Return, word for word, the lines of the listing below from the one with "face CYL(AX(P(114.5,19,20),D(0,0,-1),D(-1,0,0)),0.9) rev" through the one with "e29 v27 v15 LINE", and no other lines.
START Supplied records
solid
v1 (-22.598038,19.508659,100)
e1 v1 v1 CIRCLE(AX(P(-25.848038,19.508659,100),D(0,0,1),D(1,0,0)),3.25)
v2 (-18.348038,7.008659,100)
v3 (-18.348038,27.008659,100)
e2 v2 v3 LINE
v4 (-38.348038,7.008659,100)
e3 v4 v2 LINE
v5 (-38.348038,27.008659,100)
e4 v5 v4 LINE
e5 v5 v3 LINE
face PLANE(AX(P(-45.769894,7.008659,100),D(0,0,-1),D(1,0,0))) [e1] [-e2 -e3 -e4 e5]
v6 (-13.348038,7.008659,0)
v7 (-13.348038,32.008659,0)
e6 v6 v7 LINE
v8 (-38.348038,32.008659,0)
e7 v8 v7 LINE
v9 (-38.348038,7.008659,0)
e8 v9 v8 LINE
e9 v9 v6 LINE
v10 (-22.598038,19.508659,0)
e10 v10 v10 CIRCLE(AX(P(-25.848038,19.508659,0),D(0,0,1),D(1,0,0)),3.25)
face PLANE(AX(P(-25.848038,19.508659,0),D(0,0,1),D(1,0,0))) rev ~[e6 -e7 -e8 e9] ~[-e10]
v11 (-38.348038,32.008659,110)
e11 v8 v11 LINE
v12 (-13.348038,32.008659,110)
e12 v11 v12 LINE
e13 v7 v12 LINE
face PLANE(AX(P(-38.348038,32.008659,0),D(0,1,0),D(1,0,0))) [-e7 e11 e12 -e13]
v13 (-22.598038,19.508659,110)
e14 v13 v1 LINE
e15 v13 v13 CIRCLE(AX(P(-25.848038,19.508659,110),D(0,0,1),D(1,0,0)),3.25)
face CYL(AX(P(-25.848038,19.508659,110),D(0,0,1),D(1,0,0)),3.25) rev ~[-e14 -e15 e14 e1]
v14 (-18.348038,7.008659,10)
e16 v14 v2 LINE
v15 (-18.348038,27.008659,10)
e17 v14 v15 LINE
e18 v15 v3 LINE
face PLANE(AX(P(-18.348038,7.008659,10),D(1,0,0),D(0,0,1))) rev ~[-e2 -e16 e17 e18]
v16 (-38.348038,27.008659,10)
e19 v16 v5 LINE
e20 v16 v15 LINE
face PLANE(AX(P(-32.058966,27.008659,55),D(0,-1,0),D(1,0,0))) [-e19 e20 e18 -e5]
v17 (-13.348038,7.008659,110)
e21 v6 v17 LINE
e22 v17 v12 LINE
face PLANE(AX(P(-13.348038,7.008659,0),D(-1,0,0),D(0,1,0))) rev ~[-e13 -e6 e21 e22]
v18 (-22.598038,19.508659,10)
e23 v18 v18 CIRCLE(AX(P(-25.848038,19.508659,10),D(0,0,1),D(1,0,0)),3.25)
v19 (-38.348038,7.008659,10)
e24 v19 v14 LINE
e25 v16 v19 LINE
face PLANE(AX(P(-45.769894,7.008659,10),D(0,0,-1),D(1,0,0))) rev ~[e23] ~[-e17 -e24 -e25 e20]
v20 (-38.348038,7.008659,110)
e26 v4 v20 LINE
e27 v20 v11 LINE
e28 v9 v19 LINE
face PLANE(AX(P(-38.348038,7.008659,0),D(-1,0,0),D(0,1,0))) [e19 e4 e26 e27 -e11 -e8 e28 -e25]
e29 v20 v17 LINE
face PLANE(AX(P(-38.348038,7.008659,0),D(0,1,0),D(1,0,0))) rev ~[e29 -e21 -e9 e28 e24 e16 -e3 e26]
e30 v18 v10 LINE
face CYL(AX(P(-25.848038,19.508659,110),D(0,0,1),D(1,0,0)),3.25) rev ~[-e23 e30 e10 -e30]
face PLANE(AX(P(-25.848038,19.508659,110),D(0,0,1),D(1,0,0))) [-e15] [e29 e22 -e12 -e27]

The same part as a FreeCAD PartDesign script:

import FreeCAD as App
import Part
import Sketcher
Q = App.Units.Quantity

doc = App.newDocument("Part")
body = doc.addObject("PartDesign::Body", "Body")

# Sketch on XY plane
sketch1 = doc.addObject("Sketcher::SketchObject", "Sketch")
body.addObject(sketch1)
sketch1.AttachmentSupport = (doc.XY_Plane, [""])
sketch1.MapMode = "FlatFace"
sketch1.addGeometry([
    Part.LineSegment(App.Vector(-38.348038, 32.008659, 0), App.Vector(-38.348038, 7.008659, 0)),
    Part.LineSegment(App.Vector(-38.348038, 7.008659, 0), App.Vector(-13.348038, 7.008659, 0)),
    Part.LineSegment(App.Vector(-13.348038, 7.008659, 0), App.Vector(-13.348038, 32.008659, 0)),
    Part.LineSegment(App.Vector(-13.348038, 32.008659, 0), App.Vector(-38.348038, 32.008659, 0)),
], False)
sketch1.addConstraint([
    Sketcher.Constraint("Coincident", 0, 2, 1, 1),
    Sketcher.Constraint("Coincident", 1, 2, 2, 1),
    Sketcher.Constraint("Coincident", 2, 2, 3, 1),
    Sketcher.Constraint("Coincident", 3, 2, 0, 1),
    Sketcher.Constraint("Vertical", 0),
    Sketcher.Constraint("Horizontal", 1),
    Sketcher.Constraint("Vertical", 2),
    Sketcher.Constraint("Horizontal", 3),
    Sketcher.Constraint("Equal", 3, 0),
    Sketcher.Constraint("DistanceX", 1, 1, 1, 2, Q("25 mm")),
    Sketcher.Constraint("DistanceX", 0, 2, -1, 1, Q("38.348038 mm")),
    Sketcher.Constraint("DistanceY", -1, 1, 0, 2, Q("7.008659 mm")),
])
pad1 = doc.addObject("PartDesign::Pad", "Pad")
body.addObject(pad1)
pad1.Profile = sketch1
pad1.Length = 110

# Sketch on XZ plane
sketch2 = doc.addObject("Sketcher::SketchObject", "Sketch001")
body.addObject(sketch2)
sketch2.AttachmentSupport = (doc.XZ_Plane, [""])
sketch2.MapMode = "FlatFace"
sketch2.AttachmentOffset = App.Placement(App.Vector(0, 0, -7.008659), App.Rotation())
sketch2.addGeometry([
    Part.LineSegment(App.Vector(-45.769894, 100, 0), App.Vector(-45.769894, 10, 0)),
    Part.LineSegment(App.Vector(-45.769894, 10, 0), App.Vector(-18.348038, 10, 0)),
    Part.LineSegment(App.Vector(-18.348038, 10, 0), App.Vector(-18.348038, 100, 0)),
    Part.LineSegment(App.Vector(-18.348038, 100, 0), App.Vector(-45.769894, 100, 0)),
], False)
sketch2.addConstraint([
    Sketcher.Constraint("Coincident", 0, 2, 1, 1),
    Sketcher.Constraint("Coincident", 1, 2, 2, 1),
    Sketcher.Constraint("Coincident", 2, 2, 3, 1),
    Sketcher.Constraint("Coincident", 3, 2, 0, 1),
    Sketcher.Constraint("Vertical", 0),
    Sketcher.Constraint("Horizontal", 1),
    Sketcher.Constraint("Vertical", 2),
    Sketcher.Constraint("Horizontal", 3),
    Sketcher.Constraint("DistanceY", 0, 2, 0, 1, Q("90 mm")),
    Sketcher.Constraint("DistanceY", -1, 1, 0, 2, Q("10 mm")),
    Sketcher.Constraint("DistanceX", 1, 1, 1, 2, Q("27.421856 mm")),
    Sketcher.Constraint("DistanceX", 0, 2, -1, 1, Q("45.769894 mm")),
])
pocket1 = doc.addObject("PartDesign::Pocket", "Pocket")
body.addObject(pocket1)
pocket1.Profile = sketch2
pocket1.Length = 20

# Sketch on XY plane
sketch3 = doc.addObject("Sketcher::SketchObject", "Sketch002")
body.addObject(sketch3)
sketch3.AttachmentSupport = (doc.XY_Plane, [""])
sketch3.MapMode = "FlatFace"
sketch3.AttachmentOffset = App.Placement(App.Vector(0, 0, 110), App.Rotation())
sketch3.addGeometry(Part.Circle(App.Vector(-25.848038, 19.508659, 0), App.Vector(0, 0, 1), 3.25), False)
sketch3.addConstraint([
    Sketcher.Constraint("Diameter", 0, Q("6.5 mm")),
    Sketcher.Constraint("DistanceY", -1, 1, 0, 3, Q("19.508659 mm")),
    Sketcher.Constraint("DistanceX", 0, 3, -1, 1, Q("25.848038 mm")),
])
pocket2 = doc.addObject("PartDesign::Pocket", "Pocket001")
body.addObject(pocket2)
pocket2.Profile = sketch3
pocket2.Type = "ThroughAll"

doc.recompute()
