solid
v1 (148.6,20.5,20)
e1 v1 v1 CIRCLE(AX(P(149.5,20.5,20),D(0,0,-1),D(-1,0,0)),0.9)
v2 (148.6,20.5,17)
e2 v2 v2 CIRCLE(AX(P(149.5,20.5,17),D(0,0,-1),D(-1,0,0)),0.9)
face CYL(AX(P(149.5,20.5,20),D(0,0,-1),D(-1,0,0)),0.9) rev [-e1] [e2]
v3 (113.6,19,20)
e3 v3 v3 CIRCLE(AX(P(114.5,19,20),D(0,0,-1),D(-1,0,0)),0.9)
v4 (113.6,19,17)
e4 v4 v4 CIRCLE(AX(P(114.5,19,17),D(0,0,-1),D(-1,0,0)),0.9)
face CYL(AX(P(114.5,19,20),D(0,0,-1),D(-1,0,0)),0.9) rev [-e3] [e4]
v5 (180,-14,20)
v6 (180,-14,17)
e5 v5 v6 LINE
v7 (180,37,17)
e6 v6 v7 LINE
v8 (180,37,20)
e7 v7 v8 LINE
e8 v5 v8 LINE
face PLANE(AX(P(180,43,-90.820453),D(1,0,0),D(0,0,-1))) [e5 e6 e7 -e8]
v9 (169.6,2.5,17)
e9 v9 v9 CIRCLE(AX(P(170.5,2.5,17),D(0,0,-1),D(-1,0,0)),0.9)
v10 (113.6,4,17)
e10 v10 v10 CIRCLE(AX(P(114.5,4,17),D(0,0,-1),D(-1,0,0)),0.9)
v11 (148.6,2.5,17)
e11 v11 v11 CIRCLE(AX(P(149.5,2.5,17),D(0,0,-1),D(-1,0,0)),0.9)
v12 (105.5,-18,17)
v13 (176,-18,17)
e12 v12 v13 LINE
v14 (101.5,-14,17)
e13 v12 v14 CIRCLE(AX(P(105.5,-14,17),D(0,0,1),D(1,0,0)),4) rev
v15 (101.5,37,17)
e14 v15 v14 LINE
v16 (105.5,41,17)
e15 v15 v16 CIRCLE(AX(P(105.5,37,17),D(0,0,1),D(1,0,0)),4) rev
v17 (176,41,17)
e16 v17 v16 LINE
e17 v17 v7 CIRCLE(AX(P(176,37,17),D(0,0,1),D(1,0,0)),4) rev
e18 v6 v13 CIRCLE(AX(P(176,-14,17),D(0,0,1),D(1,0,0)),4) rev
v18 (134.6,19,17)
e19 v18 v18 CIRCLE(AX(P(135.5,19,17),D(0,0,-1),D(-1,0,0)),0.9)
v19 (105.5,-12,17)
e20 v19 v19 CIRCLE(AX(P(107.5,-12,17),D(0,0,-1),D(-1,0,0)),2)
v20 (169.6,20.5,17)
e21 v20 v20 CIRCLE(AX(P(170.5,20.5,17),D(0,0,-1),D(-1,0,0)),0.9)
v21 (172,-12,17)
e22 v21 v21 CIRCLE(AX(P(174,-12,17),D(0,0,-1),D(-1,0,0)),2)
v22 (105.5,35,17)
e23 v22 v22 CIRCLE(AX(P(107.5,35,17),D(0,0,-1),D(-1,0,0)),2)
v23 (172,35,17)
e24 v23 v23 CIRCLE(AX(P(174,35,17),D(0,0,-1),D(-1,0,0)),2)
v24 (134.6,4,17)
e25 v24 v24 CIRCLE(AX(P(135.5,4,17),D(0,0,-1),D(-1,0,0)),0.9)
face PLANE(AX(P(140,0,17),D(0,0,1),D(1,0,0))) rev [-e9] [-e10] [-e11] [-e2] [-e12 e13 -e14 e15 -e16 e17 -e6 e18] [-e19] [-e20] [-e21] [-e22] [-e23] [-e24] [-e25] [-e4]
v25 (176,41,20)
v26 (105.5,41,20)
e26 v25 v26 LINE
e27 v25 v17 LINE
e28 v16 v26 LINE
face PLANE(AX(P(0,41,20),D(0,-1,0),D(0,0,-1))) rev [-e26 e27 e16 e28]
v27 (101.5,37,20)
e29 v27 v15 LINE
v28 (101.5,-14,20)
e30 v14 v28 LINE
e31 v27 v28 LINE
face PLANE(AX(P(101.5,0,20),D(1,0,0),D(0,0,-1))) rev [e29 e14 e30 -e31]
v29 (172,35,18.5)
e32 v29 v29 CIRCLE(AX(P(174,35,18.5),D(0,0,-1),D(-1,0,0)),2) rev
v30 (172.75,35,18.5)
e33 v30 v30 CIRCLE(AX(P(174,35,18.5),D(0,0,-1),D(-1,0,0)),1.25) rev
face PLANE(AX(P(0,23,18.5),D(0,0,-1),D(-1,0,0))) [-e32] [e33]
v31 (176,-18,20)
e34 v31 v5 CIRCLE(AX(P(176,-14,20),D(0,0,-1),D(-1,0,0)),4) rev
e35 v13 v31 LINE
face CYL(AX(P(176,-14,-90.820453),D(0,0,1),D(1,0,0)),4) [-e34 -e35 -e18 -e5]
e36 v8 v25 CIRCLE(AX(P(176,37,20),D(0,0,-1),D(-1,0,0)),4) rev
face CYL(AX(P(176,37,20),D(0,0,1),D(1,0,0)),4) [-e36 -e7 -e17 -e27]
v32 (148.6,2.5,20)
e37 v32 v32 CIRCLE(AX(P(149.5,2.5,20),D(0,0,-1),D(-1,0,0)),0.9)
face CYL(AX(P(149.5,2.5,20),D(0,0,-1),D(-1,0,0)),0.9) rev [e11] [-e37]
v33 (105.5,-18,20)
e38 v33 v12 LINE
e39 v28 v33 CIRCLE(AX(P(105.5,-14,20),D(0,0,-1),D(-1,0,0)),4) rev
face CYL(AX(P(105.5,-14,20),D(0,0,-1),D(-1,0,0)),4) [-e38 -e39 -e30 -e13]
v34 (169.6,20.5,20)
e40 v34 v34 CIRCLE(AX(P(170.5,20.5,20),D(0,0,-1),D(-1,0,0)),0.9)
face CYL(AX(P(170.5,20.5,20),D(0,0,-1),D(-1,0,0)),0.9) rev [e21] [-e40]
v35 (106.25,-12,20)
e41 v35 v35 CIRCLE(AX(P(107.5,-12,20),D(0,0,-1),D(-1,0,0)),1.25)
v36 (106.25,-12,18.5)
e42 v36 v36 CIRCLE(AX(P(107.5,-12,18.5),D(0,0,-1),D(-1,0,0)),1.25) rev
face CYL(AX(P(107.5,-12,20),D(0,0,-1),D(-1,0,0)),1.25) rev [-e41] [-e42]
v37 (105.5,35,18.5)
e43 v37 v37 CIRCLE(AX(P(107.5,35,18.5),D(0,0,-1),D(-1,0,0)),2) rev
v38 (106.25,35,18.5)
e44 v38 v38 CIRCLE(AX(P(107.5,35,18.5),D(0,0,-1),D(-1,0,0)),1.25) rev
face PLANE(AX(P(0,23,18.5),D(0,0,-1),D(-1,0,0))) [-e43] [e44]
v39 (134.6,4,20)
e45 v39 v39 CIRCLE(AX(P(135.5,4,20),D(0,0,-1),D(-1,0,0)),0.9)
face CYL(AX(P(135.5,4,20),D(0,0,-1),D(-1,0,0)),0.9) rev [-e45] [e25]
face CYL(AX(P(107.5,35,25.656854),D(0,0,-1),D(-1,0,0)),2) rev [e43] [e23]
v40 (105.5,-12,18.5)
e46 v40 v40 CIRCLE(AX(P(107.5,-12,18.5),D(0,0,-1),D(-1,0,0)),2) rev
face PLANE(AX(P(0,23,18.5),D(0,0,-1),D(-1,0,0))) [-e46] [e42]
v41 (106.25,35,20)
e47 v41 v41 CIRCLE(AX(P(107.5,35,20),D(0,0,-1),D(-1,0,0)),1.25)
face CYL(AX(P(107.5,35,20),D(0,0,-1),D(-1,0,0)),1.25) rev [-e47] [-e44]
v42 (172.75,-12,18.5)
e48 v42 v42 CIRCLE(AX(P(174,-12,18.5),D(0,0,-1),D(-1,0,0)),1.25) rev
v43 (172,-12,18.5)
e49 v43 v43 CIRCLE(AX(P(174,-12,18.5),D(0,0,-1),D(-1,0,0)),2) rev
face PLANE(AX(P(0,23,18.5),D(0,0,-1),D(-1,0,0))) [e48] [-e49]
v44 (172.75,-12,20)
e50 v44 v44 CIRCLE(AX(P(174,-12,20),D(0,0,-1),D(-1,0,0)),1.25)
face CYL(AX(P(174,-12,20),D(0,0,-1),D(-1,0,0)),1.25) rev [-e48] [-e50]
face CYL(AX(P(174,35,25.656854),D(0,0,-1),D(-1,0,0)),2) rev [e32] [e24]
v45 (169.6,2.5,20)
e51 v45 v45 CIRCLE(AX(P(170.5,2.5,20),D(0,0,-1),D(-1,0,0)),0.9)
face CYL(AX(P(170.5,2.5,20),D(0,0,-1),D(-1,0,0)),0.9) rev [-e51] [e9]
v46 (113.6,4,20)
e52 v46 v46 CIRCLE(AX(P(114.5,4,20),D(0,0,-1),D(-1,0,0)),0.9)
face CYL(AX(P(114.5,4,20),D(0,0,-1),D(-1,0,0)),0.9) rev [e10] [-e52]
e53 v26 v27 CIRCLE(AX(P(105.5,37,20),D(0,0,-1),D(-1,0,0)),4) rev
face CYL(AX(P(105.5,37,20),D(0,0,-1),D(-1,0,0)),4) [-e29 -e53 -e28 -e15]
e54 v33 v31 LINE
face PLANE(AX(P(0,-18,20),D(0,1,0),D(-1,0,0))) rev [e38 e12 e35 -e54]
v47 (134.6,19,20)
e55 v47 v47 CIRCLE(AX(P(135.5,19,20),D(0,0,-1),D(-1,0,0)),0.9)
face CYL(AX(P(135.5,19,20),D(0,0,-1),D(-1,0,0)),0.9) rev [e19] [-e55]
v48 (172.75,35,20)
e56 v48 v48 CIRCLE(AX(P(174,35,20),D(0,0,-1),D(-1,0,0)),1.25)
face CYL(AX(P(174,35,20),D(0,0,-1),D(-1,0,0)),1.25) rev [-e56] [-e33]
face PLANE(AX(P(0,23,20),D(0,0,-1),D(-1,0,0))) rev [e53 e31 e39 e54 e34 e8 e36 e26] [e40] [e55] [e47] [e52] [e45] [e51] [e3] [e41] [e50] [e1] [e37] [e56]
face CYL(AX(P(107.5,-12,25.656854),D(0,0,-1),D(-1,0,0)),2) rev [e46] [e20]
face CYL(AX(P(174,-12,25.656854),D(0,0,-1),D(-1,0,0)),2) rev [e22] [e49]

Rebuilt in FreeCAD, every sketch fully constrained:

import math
import FreeCAD as App
import Part
import Sketcher

V = App.Vector
Q = App.Units.Quantity


def edges_at(feature, points):
    """Names of the edges that pass closest to the given points."""
    edges = feature.Shape.Edges
    near = lambda p: min(range(len(edges)), key=lambda i: edges[i].distToShape(Part.Vertex(*p))[0])
    return sorted({f"Edge{near(p) + 1}" for p in points})


def add_polygon(sketch, points):
    """Adds a closed chain of lines whose ends are joined by coincident constraints."""
    first, n = sketch.GeometryCount, len(points)
    for a, b in zip(points, points[1:] + points[:1]):
        sketch.addGeometry(Part.LineSegment(App.Vector(*a, 0), App.Vector(*b, 0)), False)
    for i in range(n):
        sketch.addConstraint(Sketcher.Constraint("Coincident", first + i, 2, first + (i + 1) % n, 1))

doc = App.newDocument("Part")
params = doc.addObject("Spreadsheet::Sheet", "Params")
for row, (alias, value) in enumerate([
    ("sketch1_width", "170 mm"),
    ("sketch1_height", "20 mm"),
    ("pad1_length", "23 mm"),
    ("sketch2_radius", "1.6 mm"),
    ("sketch3_width", "13 mm"),
    ("sketch3_height", "17 mm"),
    ("pocket2_length", "30 mm"),
    ("sketch4_radius", "7.5 mm"),
    ("sketch4_width", "20 mm"),
    ("sketch4_width2", "170 mm"),
    ("sketch4_width3", "15 mm"),
    ("sketch4_height", "7 mm"),
    ("sketch5_height", "63 mm"),
    ("sketch5_width", "87.5 mm"),
    ("pad2_length", "3 mm"),
    ("sketch6_diameter", "2.5 mm"),
    ("sketch7_diameter", "4 mm"),
    ("pocket5_length", "1.5 mm"),
    ("sketch8_height", "2 mm"),
    ("sketch8_height2", "59 mm"),
    ("sketch8_width", "78.5 mm"),
    ("sketch8_width2", "87.5 mm"),
    ("fillet_radius", "4 mm"),
    ("sketch9_diameter", "1.8 mm"),
    ("sketch10_width", "78.5 mm"),
], start=1):
    params.set(f"A{row}", alias)
    params.set(f"B{row}", "=" + value)
    params.setAlias(f"B{row}", alias)

body = doc.addObject("PartDesign::Body", "Body")

sketch1 = doc.addObject("Sketcher::SketchObject", "Sketch")
body.addObject(sketch1)
sketch1.AttachmentSupport = (doc.XZ_Plane, [""])
sketch1.MapMode = "FlatFace"
add_polygon(sketch1, [(0, 0), (0, 20), (170, 20), (170, 0)])
sketch1.addConstraint([
    Sketcher.Constraint("Vertical", 0),
    Sketcher.Constraint("Horizontal", 1),
    Sketcher.Constraint("Vertical", 2),
    Sketcher.Constraint("Horizontal", 3),
    Sketcher.Constraint("Coincident", 3, 2, -1, 1),
    Sketcher.Constraint("DistanceX", 1, 1, 1, 2, Q("170 mm")),
    Sketcher.Constraint("DistanceY", 0, 1, 0, 2, Q("20 mm")),
])
sketch1.setExpression("Constraints[9]", "Params.sketch1_width")
sketch1.setExpression("Constraints[10]", "Params.sketch1_height")
pad1 = doc.addObject("PartDesign::Pad", "Pad")
body.addObject(pad1)
pad1.Profile = sketch1
pad1.setExpression("Length", "Params.pad1_length")
pad1.Reversed = True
END Supplied records
*Solved problem*.
face CYL(AX(P(114.5,19,20),D(0,0,-1),D(-1,0,0)),0.9) rev [-e3] [e4]
v5 (180,-14,20)
v6 (180,-14,17)
e5 v5 v6 LINE
v7 (180,37,17)
e6 v6 v7 LINE
v8 (180,37,20)
e7 v7 v8 LINE
e8 v5 v8 LINE
face PLANE(AX(P(180,43,-90.820453),D(1,0,0),D(0,0,-1))) [e5 e6 e7 -e8]
v9 (169.6,2.5,17)
e9 v9 v9 CIRCLE(AX(P(170.5,2.5,17),D(0,0,-1),D(-1,0,0)),0.9)
v10 (113.6,4,17)
e10 v10 v10 CIRCLE(AX(P(114.5,4,17),D(0,0,-1),D(-1,0,0)),0.9)
v11 (148.6,2.5,17)
e11 v11 v11 CIRCLE(AX(P(149.5,2.5,17),D(0,0,-1),D(-1,0,0)),0.9)
v12 (105.5,-18,17)
v13 (176,-18,17)
e12 v12 v13 LINE
v14 (101.5,-14,17)
e13 v12 v14 CIRCLE(AX(P(105.5,-14,17),D(0,0,1),D(1,0,0)),4) rev
v15 (101.5,37,17)
e14 v15 v14 LINE
v16 (105.5,41,17)
e15 v15 v16 CIRCLE(AX(P(105.5,37,17),D(0,0,1),D(1,0,0)),4) rev
v17 (176,41,17)
e16 v17 v16 LINE
e17 v17 v7 CIRCLE(AX(P(176,37,17),D(0,0,1),D(1,0,0)),4) rev
e18 v6 v13 CIRCLE(AX(P(176,-14,17),D(0,0,1),D(1,0,0)),4) rev
v18 (134.6,19,17)
e19 v18 v18 CIRCLE(AX(P(135.5,19,17),D(0,0,-1),D(-1,0,0)),0.9)
v19 (105.5,-12,17)
e20 v19 v19 CIRCLE(AX(P(107.5,-12,17),D(0,0,-1),D(-1,0,0)),2)
v20 (169.6,20.5,17)
e21 v20 v20 CIRCLE(AX(P(170.5,20.5,17),D(0,0,-1),D(-1,0,0)),0.9)
v21 (172,-12,17)
e22 v21 v21 CIRCLE(AX(P(174,-12,17),D(0,0,-1),D(-1,0,0)),2)
v22 (105.5,35,17)
e23 v22 v22 CIRCLE(AX(P(107.5,35,17),D(0,0,-1),D(-1,0,0)),2)
v23 (172,35,17)
e24 v23 v23 CIRCLE(AX(P(174,35,17),D(0,0,-1),D(-1,0,0)),2)
v24 (134.6,4,17)
e25 v24 v24 CIRCLE(AX(P(135.5,4,17),D(0,0,-1),D(-1,0,0)),0.9)
face PLANE(AX(P(140,0,17),D(0,0,1),D(1,0,0))) rev [-e9] [-e10] [-e11] [-e2] [-e12 e13 -e14 e15 -e16 e17 -e6 e18] [-e19] [-e20] [-e21] [-e22] [-e23] [-e24] [-e25] [-e4]
v25 (176,41,20)
v26 (105.5,41,20)
e26 v25 v26 LINE
e27 v25 v17 LINE
e28 v16 v26 LINE
face PLANE(AX(P(0,41,20),D(0,-1,0),D(0,0,-1))) rev [-e26 e27 e16 e28]
v27 (101.5,37,20)
e29 v27 v15 LINE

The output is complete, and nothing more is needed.